The informal list, which was previously reported to include a 25% tariff on Harley-Davidson Inc. motorcycles, Levi Strauss & Co. jeans and Kentucky bourbon, now could include U.S.-made shirts, textiles, footwear, cosmetics and recreational boats, Reuters reported, citing a briefing the European Commission gave to the European Union and its 28 member countries on March 5.

According to the report, the European Commission is now splitting its intended tariffs on U.S. products into several lists, including one category that came to light March 6 encompassing clothing and cosmetics and valued at $1.24 billion. The food and beverages category, including bourbon whiskey, corn and orange juice, is valued at a little less than $1.24 billion, according to the report.

Europe's trade leaders are scheduled to meet March 7 to formally discuss retaliatory measures, according to Politico.

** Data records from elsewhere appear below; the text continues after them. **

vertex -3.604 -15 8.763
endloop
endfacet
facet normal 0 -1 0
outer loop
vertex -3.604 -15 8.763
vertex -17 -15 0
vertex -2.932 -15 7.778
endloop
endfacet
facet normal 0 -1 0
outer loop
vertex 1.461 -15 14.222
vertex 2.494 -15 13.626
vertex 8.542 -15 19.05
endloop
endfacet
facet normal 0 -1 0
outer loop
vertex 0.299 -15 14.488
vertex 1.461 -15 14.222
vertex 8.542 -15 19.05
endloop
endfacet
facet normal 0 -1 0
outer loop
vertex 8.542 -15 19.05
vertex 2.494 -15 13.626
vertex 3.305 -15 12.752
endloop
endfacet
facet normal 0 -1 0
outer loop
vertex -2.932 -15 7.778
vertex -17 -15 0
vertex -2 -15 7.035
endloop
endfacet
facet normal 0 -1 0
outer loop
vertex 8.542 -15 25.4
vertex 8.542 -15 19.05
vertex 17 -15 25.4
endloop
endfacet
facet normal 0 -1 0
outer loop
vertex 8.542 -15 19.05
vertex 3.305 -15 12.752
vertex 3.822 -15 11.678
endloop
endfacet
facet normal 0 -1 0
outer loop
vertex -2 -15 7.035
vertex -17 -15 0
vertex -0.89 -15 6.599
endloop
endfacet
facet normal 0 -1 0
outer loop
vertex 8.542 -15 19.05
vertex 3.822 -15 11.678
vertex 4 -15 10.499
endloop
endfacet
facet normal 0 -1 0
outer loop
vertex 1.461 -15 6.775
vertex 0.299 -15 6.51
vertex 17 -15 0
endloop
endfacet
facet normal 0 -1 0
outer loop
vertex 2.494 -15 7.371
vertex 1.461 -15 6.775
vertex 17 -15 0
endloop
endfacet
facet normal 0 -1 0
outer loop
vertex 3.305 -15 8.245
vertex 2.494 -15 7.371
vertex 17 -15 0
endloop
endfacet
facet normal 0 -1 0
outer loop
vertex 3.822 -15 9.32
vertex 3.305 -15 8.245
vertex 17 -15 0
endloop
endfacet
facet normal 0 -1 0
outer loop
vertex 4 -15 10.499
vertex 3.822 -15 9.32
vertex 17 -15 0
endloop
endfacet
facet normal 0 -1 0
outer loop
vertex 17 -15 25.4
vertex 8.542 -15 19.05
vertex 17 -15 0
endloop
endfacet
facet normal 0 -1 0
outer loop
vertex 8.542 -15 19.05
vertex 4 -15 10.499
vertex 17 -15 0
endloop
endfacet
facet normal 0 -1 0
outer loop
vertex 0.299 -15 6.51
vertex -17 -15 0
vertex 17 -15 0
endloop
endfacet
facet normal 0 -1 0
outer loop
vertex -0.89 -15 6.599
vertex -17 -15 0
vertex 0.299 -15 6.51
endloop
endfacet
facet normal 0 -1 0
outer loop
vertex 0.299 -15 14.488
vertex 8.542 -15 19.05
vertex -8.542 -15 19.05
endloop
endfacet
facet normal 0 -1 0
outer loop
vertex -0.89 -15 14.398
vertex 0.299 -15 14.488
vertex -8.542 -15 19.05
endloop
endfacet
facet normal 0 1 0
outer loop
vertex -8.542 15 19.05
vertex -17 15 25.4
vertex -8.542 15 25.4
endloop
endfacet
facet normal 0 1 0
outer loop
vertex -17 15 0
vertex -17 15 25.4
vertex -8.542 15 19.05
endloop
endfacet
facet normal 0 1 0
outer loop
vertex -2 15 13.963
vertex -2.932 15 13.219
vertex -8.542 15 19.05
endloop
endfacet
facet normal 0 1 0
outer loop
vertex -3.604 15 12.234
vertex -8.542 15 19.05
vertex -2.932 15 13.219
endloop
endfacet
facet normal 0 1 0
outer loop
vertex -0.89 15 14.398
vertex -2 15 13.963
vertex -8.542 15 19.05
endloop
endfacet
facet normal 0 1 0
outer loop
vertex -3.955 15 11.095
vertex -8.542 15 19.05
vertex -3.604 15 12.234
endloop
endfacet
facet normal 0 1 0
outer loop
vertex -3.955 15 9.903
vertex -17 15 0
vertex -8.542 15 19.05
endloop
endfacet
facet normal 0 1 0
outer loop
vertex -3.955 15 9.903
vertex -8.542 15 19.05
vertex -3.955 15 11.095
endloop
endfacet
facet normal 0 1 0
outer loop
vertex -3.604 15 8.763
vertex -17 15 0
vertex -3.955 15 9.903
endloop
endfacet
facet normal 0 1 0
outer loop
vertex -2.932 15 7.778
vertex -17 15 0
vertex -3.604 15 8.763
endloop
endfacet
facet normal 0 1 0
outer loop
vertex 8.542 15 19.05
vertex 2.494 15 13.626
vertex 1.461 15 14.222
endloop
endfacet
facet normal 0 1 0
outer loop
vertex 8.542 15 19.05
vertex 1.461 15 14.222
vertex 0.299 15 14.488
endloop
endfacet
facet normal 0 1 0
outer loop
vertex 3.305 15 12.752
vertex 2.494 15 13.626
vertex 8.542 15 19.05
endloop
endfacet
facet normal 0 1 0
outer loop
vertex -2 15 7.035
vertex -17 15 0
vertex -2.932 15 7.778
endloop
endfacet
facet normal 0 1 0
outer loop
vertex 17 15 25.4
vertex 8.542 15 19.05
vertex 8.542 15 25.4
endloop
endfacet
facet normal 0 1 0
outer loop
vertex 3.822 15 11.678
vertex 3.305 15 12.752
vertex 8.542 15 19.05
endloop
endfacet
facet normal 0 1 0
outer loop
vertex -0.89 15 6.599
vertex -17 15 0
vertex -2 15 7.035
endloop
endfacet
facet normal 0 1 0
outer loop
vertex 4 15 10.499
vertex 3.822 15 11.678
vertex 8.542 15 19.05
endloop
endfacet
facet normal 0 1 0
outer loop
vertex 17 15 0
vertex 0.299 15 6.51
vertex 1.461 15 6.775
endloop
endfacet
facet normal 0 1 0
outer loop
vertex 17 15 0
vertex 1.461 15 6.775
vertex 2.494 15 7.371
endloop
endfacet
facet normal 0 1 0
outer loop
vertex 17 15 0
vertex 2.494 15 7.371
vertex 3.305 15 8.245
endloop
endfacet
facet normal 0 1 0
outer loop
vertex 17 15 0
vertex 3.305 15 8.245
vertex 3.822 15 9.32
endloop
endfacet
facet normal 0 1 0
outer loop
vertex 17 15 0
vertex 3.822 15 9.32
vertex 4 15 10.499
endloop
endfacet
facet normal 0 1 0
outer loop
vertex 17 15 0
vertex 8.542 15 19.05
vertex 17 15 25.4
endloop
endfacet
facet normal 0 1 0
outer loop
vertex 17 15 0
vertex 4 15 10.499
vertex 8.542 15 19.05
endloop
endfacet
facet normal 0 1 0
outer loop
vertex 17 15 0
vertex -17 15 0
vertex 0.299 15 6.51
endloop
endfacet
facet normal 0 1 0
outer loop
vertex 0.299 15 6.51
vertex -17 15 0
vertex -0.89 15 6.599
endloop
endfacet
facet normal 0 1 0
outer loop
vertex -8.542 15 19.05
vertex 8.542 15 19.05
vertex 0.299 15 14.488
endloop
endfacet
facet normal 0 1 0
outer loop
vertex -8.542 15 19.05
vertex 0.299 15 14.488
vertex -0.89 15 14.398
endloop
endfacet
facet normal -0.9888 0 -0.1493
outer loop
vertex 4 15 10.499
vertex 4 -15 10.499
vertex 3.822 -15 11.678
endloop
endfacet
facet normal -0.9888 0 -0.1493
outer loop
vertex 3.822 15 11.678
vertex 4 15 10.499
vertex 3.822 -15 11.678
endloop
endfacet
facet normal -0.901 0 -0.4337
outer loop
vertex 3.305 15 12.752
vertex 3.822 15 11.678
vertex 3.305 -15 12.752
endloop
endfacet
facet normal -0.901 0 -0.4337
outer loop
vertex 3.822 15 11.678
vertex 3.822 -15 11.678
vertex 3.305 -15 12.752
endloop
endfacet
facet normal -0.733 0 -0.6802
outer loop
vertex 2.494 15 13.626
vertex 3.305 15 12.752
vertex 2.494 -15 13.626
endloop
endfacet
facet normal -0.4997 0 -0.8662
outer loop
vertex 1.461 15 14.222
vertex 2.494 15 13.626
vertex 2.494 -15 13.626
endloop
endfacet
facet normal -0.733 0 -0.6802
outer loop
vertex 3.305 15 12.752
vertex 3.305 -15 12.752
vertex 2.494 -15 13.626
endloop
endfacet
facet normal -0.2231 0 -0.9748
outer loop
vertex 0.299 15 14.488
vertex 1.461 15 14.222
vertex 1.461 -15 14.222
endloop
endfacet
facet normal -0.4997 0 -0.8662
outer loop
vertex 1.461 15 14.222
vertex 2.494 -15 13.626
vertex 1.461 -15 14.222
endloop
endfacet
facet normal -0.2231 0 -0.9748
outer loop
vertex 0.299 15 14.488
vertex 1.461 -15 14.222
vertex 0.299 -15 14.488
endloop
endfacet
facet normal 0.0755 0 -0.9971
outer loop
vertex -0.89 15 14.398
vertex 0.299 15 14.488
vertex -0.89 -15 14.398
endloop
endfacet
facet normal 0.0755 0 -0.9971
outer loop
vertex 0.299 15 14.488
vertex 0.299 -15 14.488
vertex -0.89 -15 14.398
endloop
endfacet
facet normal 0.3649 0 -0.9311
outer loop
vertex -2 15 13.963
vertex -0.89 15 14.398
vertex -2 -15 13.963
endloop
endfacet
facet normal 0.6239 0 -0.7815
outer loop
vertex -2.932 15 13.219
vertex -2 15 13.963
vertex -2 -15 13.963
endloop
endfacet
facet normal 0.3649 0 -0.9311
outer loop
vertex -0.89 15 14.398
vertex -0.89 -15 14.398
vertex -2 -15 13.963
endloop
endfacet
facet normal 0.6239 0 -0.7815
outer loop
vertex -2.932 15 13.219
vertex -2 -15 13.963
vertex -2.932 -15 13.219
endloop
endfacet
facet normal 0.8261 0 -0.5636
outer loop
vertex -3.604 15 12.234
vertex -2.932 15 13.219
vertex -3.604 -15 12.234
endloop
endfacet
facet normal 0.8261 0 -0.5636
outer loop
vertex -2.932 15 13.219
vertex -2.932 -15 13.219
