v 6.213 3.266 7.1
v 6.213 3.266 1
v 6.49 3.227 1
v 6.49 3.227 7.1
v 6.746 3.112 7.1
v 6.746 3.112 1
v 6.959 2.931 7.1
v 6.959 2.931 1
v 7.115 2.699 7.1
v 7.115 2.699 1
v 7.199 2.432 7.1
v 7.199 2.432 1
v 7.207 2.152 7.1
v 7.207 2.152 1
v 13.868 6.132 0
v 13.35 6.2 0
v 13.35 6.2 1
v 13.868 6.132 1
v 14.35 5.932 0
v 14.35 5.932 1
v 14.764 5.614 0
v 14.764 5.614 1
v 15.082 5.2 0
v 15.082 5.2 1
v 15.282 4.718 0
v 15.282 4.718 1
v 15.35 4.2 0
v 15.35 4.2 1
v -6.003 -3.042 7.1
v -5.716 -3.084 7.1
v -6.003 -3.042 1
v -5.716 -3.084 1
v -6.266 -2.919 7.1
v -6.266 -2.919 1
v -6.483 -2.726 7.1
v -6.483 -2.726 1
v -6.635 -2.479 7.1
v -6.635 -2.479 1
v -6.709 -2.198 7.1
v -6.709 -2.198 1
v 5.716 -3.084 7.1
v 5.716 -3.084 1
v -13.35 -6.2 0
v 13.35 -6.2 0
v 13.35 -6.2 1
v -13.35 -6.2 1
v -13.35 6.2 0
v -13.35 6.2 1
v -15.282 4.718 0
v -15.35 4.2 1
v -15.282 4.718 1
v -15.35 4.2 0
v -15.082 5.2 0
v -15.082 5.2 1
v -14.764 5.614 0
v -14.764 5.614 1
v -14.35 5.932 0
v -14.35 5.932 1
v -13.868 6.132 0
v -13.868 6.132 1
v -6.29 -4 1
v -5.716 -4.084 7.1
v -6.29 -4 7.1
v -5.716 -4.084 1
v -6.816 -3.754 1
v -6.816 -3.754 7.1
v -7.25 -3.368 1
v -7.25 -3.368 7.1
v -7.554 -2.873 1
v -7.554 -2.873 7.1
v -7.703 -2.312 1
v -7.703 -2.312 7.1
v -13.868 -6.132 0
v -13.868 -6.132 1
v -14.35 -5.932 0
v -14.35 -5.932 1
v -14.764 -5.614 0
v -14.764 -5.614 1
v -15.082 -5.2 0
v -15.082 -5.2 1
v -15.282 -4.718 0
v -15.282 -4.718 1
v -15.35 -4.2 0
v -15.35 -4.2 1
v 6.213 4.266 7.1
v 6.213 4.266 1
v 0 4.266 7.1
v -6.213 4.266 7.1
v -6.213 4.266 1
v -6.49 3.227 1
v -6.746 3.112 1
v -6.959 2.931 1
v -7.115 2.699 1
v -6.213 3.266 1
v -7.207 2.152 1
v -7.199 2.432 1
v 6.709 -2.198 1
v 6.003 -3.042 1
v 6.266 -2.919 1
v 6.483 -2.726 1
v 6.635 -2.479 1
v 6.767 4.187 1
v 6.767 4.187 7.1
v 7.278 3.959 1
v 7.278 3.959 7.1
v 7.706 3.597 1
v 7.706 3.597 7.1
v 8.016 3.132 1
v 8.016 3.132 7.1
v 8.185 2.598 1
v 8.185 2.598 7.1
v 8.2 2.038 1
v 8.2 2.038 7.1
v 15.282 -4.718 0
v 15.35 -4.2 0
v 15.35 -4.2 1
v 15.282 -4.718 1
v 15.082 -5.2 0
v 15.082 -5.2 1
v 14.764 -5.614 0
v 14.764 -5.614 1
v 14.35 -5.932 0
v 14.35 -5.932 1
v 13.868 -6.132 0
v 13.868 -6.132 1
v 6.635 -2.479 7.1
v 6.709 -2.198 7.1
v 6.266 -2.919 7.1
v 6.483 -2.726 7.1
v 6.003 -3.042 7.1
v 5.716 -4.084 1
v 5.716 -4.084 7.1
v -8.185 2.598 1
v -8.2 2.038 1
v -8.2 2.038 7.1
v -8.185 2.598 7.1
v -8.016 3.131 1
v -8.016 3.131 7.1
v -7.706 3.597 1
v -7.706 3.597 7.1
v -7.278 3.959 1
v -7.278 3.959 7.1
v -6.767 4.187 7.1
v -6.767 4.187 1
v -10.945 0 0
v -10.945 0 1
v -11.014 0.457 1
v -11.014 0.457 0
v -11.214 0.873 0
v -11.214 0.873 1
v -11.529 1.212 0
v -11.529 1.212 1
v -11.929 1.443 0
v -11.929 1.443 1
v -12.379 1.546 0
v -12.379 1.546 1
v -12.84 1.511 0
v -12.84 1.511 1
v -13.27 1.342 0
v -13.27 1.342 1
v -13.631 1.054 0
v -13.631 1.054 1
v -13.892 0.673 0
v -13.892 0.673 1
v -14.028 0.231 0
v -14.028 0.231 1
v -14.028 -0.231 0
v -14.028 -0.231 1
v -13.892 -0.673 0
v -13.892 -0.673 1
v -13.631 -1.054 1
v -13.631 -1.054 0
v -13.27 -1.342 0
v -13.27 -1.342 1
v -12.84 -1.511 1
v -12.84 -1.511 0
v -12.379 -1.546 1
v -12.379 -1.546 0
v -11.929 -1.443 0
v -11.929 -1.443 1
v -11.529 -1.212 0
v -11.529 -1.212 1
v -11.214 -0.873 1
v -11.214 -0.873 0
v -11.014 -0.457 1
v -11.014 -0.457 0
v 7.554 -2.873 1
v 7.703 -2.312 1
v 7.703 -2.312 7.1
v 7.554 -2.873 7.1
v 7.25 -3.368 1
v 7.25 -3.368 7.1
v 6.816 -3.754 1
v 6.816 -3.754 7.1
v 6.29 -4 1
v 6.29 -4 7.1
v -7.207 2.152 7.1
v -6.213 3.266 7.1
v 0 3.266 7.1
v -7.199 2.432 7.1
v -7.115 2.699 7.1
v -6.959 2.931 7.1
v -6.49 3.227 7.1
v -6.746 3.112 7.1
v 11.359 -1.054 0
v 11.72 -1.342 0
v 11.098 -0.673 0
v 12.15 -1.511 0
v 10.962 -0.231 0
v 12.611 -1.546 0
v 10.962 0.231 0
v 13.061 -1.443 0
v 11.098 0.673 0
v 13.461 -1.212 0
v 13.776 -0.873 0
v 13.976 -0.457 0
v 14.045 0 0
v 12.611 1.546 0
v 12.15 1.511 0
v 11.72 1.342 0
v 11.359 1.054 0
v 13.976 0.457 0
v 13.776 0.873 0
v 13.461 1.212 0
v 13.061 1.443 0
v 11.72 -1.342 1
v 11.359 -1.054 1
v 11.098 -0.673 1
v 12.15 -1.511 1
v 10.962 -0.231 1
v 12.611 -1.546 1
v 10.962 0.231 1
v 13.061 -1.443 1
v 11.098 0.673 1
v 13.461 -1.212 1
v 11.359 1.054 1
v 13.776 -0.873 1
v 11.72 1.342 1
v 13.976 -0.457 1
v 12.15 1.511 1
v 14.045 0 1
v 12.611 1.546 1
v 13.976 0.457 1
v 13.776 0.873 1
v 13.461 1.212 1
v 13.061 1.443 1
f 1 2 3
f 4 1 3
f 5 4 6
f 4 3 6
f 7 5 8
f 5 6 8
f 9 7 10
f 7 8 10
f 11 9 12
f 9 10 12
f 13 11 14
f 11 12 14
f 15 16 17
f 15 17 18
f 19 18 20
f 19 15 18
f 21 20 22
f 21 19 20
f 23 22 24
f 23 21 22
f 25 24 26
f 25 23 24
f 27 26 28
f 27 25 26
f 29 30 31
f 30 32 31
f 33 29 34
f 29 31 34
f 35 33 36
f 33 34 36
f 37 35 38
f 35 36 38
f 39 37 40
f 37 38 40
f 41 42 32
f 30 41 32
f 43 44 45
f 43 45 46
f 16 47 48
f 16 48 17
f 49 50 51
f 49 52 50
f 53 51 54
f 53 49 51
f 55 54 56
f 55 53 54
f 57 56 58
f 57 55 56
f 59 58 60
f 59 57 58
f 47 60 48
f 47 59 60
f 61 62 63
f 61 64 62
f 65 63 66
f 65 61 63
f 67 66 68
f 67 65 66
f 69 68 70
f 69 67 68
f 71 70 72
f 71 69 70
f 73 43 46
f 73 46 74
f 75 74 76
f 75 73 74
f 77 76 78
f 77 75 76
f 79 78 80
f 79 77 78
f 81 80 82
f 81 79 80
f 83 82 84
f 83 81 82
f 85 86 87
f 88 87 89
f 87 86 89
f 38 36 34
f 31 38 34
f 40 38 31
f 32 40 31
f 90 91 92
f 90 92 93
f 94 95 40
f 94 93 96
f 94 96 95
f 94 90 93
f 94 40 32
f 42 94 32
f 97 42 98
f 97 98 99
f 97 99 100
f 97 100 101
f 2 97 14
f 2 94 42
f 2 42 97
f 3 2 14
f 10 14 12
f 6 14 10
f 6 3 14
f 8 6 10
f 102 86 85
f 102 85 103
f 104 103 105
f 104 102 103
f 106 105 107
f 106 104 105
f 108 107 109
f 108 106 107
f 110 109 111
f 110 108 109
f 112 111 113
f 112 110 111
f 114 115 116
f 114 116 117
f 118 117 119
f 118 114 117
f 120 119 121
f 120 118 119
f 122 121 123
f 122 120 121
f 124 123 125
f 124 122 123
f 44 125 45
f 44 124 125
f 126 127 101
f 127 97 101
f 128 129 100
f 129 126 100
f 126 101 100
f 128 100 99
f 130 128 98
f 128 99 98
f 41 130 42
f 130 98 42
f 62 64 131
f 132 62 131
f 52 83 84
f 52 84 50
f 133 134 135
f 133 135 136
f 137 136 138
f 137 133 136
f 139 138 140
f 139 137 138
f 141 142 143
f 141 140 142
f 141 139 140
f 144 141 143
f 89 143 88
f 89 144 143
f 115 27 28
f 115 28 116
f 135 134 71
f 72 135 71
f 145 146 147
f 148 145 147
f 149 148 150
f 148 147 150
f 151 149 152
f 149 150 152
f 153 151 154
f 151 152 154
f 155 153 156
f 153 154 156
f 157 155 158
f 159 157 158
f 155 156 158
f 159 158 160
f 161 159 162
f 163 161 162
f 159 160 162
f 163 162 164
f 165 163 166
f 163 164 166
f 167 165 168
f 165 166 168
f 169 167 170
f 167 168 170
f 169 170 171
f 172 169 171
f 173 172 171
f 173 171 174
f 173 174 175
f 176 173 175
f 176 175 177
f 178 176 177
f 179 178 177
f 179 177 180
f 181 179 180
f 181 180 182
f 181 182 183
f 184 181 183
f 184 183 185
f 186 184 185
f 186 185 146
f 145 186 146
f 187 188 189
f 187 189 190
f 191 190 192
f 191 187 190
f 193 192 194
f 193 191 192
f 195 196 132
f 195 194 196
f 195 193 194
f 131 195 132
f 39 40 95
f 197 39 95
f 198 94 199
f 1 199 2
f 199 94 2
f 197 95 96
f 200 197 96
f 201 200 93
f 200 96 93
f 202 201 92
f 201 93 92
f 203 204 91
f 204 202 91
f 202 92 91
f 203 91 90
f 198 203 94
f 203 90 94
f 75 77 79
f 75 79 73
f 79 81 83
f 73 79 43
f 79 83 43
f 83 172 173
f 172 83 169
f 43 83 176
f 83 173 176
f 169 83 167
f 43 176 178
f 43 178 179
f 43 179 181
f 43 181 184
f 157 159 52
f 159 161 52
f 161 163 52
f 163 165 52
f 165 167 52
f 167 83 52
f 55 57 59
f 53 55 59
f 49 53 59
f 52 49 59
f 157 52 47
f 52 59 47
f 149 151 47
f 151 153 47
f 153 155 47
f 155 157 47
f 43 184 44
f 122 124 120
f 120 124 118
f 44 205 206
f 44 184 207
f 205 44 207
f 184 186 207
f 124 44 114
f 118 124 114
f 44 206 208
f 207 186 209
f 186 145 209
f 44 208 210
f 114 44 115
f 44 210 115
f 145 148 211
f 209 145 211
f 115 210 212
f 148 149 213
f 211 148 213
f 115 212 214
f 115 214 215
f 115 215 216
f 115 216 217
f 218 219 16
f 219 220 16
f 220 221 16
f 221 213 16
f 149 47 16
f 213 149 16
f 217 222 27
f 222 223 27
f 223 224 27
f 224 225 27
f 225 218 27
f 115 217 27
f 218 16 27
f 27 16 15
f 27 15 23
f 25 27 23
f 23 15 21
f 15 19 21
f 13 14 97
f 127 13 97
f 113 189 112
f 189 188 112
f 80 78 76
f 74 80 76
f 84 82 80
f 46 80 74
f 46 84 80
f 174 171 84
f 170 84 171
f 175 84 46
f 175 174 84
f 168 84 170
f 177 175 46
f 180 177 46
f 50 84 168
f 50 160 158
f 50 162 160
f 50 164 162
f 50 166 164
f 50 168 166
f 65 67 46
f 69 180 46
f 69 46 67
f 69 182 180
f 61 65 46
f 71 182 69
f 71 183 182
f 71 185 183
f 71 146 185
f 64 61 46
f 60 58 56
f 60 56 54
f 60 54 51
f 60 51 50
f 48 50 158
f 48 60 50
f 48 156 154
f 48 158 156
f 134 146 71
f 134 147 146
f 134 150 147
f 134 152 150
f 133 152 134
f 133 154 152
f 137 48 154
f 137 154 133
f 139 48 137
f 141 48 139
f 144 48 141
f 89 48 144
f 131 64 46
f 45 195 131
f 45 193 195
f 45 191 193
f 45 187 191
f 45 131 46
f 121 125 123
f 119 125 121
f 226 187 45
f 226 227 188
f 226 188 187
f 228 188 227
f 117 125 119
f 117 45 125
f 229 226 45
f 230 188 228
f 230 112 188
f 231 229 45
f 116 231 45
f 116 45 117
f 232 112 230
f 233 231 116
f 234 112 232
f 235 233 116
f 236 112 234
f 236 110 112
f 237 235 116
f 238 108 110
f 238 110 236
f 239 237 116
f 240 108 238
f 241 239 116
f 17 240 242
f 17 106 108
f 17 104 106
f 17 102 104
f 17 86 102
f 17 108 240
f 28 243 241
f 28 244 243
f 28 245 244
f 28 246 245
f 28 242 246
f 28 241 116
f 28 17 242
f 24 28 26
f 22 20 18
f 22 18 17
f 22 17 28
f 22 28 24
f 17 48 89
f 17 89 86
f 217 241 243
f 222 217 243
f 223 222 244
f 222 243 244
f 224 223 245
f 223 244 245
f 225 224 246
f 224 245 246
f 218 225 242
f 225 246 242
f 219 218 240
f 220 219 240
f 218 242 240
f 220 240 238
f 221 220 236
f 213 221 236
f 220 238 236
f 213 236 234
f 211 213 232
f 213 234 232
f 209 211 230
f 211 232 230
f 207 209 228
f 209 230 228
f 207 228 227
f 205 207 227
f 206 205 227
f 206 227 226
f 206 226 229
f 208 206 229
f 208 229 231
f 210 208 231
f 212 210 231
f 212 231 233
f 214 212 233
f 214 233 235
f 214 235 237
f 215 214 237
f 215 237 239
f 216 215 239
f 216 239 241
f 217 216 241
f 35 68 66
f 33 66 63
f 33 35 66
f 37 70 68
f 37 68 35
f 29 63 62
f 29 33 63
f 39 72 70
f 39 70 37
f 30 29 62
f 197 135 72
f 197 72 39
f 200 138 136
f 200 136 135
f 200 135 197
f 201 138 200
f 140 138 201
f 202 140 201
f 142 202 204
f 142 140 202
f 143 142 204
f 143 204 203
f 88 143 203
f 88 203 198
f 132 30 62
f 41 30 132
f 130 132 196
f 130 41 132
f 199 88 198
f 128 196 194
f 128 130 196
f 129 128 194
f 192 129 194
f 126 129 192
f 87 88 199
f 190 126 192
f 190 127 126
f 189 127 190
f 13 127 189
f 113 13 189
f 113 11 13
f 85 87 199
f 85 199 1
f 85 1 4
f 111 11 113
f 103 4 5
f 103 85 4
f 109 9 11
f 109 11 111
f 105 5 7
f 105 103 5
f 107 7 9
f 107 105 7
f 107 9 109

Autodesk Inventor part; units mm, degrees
ref_plane "YZ Plane" through (0, 0, 0) normal (1, 0, 0) x (0, 1, 0)
ref_plane "XZ Plane" through (0, 0, 0) normal (0, 1, 0) x (-1, 0, 0)
ref_plane "XY Plane" through (0, 0, 0) normal (0, 0, 1) x (1, 0, 0)
sketch "Sketch1" plane through (0, 0, 0) normal (0, 0, 1) x (1, 0, 0)
  line L0 (-13.35, 6.2) -> (13.35, 6.2)
  line L1 (15.35, 4.2) -> (15.35, -4.2)
  line L2 (13.35, -6.2) -> (-13.35, -6.2)
  line L3 (-15.35, -4.2) -> (-15.35, 4.2)
  line L4 (-15.35, 6.2) -> (15.35, -6.2) construction
  line L5 (15.35, 6.2) -> (-15.35, -6.2) construction
  arc A0 (-13.35, 6.2) -> (-15.35, 4.2) centre (-13.35, 4.2) ccw
  arc A1 (15.35, 4.2) -> (13.35, 6.2) centre (13.35, 4.2) ccw
  arc A2 (13.35, -6.2) -> (15.35, -4.2) centre (13.35, -4.2) ccw
  arc A3 (-15.35, -4.2) -> (-13.35, -6.2) centre (-13.35, -4.2) ccw
  point P0 (0, 0)
  dimension "d0" = 12.4
  dimension "d1" = 30.7
  dimension "d2" = 2
extrude "Extrusion1" add sketch "Sketch1" along normal blind 1
sketch "Sketch2" plane through (0, 0, 1) normal (0, 0, 1) x (1, 0, 0)
  circle A0 centre (-12.495, 0) radius 1.55
  circle A1 centre (12.495, 0) radius 1.55
  line L0 (0, 0) -> (0, 2.0374)
  dimension "d5" = 3.1
  dimension "d6" = 24.99
extrude "Extrusion2" cut sketch "Sketch2" against normal through all
sketch "Sketch3" plane through (0, 0, 1) normal (0, 0, 1) x (1, 0, 0)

President Donald Trump on March 1 stated his intention to impose a 25% tariff on all U.S. steel imports as well as a 10% tariff on all U.S. aluminum imports, an announcement that sparked concern from U.S. steel and aluminum producers as well as producers of consumer products that could either be forced to raise prices or be targeted in retaliation from a number of countries.

The report sparked concerns from a number of industry trade groups.

Steve Lamar, executive vice president of the American Apparel & Footwear Association, said in an interview with S&P Global Market Intelligence that the European Union represents the second-largest export market for apparel and footwear, second only to Canada. Retaliatory tariffs would run counter to the Trump administration's objective of making American companies more competitive, Lamar said, adding that he has never seen a global trade environment as hostile as the current one.

"Were we expecting this? No," Lamar said. "But we've been down this road before. What it shows is there are no winners in a trade war."

Of the $2.3 billion total of U.S. apparel exports to the world in 2017, the EU represented nearly $300 million, according to the American Apparel & Footwear Association. U.S. domestic exports of blue jeans to the EU reached a little more than $25 million in 2017, making it the second-largest export market for the product behind Canada.

"We don't make a lot in the U.S. but what we do make, we export," Lamar said. "The stuff we produce here we do tend to sell abroad. So we're very jealously protective of our export markets. We like them and want to keep them and grow them. The thought that the U.S. government is inviting other countries to impose tariffs on our products by going down this path is nauseating to us."

Francine Lamoriello, executive vice president of global strategies for the Personal Care Products Council, a trade group representing cosmetic manufacturers, distributors and suppliers, said U.S. manufacturers export roughly $3 billion annually to the EU, which also includes products exported by European-owned companies with American manufacturing facilities.

"International trade is a critical component to the success of our industry and significantly contributes to our ability to expand manufacturing and employment, and support other industries such as advertising, packaging, and transportation," Lamoriello said. "Our industry is strongly opposed to any increases in tariffs affecting US-EU trade."

Matt Priest, president and CEO of the Footwear Distributors and Retailers of America said in an interview that although none of the footwear industry's top-10 export markets are in Europe, the broader impact of tariffs on consumer products could drive up supply chain costs across the board, which could limit disposable income for consumers, effectively limiting spending on footwear in the U.S.

"At first glance, it's obviously concerning," Priest said. "Any kind of retaliation is concerning."